An interesting discussion that has been going on of late is on whether there should be flexible norms for fiscal targets. This has assumed a practical aspect today considering that there is a pandemic and all fiscal targets are going to be breached. The MPC (Monetary Policy Committee), for instance, targets 4 per cent inflation with a tolerance limit of +/- 2 per cent. Can we think of such an approach?

The discussion is timely because of the controversy ignited by the recent GST episode. The challenge for India is that there is a federal structure with seemingly unequal financial powers. The Centre can run deficits and debt and not adhere to the FRBM (Fiscal Responsibility and Budget Management) targets, while States perforce have the fiscal deficit ratio as a binding norm with limited flexibility.

Also, there are several transfers from the Centre to the States with any shortfall causing disruptions. Further, grants from the Centre for certain centrally-sponsored schemes run the risk of the States having to put in their money in case there are shortfalls from the Centre as schemes once started are hard to cut back on.

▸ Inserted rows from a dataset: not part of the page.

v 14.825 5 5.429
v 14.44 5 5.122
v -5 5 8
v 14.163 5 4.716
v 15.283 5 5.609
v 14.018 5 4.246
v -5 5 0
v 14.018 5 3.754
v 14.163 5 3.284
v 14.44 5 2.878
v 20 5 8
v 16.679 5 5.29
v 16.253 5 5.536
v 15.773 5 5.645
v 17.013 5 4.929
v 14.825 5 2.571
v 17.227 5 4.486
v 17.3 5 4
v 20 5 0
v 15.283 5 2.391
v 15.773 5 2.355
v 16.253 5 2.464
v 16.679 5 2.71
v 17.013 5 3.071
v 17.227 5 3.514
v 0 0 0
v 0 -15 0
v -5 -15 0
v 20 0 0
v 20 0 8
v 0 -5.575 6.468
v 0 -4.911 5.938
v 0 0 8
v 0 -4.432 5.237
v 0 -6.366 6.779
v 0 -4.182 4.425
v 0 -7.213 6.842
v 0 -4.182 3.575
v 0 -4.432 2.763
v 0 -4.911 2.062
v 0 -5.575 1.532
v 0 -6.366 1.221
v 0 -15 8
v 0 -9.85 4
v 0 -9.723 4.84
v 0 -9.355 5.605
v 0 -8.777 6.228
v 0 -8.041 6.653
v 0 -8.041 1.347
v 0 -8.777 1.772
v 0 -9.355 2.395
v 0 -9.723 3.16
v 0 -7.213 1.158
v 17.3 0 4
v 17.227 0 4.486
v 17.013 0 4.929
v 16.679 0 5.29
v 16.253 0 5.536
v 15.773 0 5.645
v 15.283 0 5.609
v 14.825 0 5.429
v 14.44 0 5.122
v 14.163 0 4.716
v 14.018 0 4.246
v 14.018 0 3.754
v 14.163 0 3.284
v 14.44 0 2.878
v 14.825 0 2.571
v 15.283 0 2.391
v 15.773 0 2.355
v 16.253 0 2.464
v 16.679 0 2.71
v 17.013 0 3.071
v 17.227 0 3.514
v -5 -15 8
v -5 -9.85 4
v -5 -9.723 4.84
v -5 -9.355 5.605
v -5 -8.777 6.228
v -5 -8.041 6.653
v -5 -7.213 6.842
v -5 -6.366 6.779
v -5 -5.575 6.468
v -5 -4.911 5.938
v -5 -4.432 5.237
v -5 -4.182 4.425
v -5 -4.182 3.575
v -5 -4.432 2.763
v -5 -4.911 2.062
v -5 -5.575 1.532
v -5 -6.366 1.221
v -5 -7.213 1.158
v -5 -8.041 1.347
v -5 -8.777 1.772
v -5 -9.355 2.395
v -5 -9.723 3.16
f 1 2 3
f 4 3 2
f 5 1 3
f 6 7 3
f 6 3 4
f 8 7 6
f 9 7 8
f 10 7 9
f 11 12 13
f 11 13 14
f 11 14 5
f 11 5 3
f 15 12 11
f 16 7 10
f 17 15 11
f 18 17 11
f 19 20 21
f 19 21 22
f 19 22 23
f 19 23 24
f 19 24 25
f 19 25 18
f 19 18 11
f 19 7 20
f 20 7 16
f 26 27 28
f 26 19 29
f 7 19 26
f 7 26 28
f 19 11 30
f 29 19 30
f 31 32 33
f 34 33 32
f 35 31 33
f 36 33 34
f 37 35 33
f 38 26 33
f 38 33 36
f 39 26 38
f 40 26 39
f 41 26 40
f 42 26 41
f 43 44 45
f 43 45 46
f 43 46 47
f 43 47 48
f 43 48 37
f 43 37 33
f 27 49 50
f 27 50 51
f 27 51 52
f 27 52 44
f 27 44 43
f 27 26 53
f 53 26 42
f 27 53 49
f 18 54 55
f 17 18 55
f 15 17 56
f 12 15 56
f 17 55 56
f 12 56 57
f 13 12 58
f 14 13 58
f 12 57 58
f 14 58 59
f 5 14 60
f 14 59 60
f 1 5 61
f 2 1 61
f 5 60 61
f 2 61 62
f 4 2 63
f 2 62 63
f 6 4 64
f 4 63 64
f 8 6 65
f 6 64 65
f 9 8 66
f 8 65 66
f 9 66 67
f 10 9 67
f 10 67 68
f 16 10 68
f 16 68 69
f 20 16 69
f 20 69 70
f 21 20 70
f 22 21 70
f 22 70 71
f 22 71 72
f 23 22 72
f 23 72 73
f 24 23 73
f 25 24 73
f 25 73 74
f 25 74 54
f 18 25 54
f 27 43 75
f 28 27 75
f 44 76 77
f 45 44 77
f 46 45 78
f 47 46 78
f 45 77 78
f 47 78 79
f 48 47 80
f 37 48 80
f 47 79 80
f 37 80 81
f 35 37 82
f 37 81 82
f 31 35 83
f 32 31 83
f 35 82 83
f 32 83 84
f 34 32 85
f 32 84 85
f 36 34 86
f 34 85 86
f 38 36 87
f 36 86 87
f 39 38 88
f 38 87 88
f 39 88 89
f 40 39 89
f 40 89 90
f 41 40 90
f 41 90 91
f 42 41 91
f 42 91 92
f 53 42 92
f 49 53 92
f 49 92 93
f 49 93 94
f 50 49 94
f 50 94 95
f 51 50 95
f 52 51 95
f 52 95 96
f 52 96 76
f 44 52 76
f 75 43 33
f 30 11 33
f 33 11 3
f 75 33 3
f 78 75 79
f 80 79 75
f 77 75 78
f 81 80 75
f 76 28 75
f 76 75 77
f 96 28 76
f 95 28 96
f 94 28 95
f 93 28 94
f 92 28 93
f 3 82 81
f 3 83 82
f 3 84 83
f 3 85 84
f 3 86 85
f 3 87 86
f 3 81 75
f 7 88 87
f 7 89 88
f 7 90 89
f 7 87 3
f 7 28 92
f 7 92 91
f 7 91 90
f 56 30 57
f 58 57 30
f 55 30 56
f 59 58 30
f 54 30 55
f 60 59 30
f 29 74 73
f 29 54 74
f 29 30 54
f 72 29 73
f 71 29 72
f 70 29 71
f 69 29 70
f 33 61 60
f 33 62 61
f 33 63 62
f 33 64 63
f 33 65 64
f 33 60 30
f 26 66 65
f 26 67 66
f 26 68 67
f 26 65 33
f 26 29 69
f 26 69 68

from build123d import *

# Parameters (mm, degrees)
EXTRUDE_1_DEPTH     = 8
SKETCH_2_R          = 1.65
CUT_EXTRUDE_1_DEPTH = 8
SKETCH_3_R          = 2.85
CUT_EXTRUDE_2_DEPTH = 8


with BuildPart() as part:
    # 草图1 → 凸台-拉伸1 (new body)
    with BuildSketch(Plane.XY):
        Polygon((0, 0), (0, -15), (-5, -15), (-5, 5), (20, 5), (20, 0), align=None)
    extrude(amount=EXTRUDE_1_DEPTH)

    # 草图2 → 切除-拉伸1 (cut)
    with BuildSketch(Plane.XZ):
        with Locations((15.65, 4)):
            Circle(SKETCH_2_R)
    extrude(amount=-CUT_EXTRUDE_1_DEPTH, mode=Mode.SUBTRACT)

    # 草图3 → 切除-拉伸2 (cut)
    with BuildSketch(Plane.ZY.offset(5)):
        with Locations(Location((4, -7, 0), (0, 0, 270))):
            Circle(SKETCH_3_R)
    extrude(amount=-CUT_EXTRUDE_2_DEPTH, mode=Mode.SUBTRACT)


solid = part.part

To begin with, is there a rationale for the fiscal deficit ratio to be 3 per cent of GDP? There is no reason why it should be 3 per cent and not 4 per cent or 2 per cent. The number appears to be borrowed from Western experiences, especially during the formation of the Euro zone. For a developing economy like ours, where governments must perforce be more focussed on delivering welfare programmes, a higher number can be justified.

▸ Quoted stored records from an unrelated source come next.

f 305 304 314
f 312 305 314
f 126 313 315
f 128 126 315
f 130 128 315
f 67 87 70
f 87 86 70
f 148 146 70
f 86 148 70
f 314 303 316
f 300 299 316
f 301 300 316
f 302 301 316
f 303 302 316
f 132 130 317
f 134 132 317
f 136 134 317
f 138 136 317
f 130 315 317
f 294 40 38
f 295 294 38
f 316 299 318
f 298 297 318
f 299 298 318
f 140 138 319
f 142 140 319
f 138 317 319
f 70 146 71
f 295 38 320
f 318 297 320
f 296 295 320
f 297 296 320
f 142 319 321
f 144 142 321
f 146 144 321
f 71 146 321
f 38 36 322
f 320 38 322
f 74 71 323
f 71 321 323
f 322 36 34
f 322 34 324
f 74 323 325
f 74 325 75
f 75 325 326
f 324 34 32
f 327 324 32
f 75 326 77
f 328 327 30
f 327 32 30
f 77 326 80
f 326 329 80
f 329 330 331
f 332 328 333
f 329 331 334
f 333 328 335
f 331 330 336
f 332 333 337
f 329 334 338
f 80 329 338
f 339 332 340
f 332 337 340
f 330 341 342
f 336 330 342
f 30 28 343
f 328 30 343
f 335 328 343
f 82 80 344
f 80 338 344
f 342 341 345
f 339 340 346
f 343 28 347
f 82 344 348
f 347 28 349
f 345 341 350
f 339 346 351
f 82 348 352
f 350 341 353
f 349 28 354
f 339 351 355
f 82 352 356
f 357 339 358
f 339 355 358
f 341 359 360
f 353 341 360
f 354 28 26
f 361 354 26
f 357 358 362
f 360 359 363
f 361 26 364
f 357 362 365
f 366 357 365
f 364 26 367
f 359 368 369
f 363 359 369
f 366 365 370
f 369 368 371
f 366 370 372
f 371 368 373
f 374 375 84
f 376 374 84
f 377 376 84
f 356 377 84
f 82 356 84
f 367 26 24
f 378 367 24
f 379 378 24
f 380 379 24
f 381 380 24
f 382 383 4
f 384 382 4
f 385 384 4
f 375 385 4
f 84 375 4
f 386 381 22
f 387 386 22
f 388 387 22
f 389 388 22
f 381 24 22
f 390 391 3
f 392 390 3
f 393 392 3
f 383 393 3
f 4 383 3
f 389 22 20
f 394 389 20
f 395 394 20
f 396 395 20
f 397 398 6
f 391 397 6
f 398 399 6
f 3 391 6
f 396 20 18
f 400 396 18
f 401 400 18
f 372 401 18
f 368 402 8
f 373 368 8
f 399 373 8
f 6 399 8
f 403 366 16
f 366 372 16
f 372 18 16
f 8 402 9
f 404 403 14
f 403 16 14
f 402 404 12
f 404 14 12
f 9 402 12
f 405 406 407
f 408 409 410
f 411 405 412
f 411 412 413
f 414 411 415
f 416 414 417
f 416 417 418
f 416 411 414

The problem with the fiscal deficit number is that it is a ratio where a higher denominator of GDP will justify a higher deficit. The GDP in nominal terms can explode in case of high inflation and justify a higher fiscal deficit in nominal terms even with a constant ratio. Hence, ironically, governments can run higher deficits by allowing for higher inflation which results when there is too much expansion.

No flexibility

It is true that fiscal deficit does put pressure on the financial system. In fact, too much borrowing becomes a blessing for banks which prefer to invest rather than lend. Therefore, there needs to be limits set. But having a fixed norm also means that the government normally ends up cutting back on discretionary expenditure to meet this target which is not good for the economy.

This has happened in the past and will recur especially at the State level when there is no flexibility. Alternatively, States often target a much lower fiscal deficit number of 2 per cent or so and create buffers and, in the process, restrain themselves from spending on capex.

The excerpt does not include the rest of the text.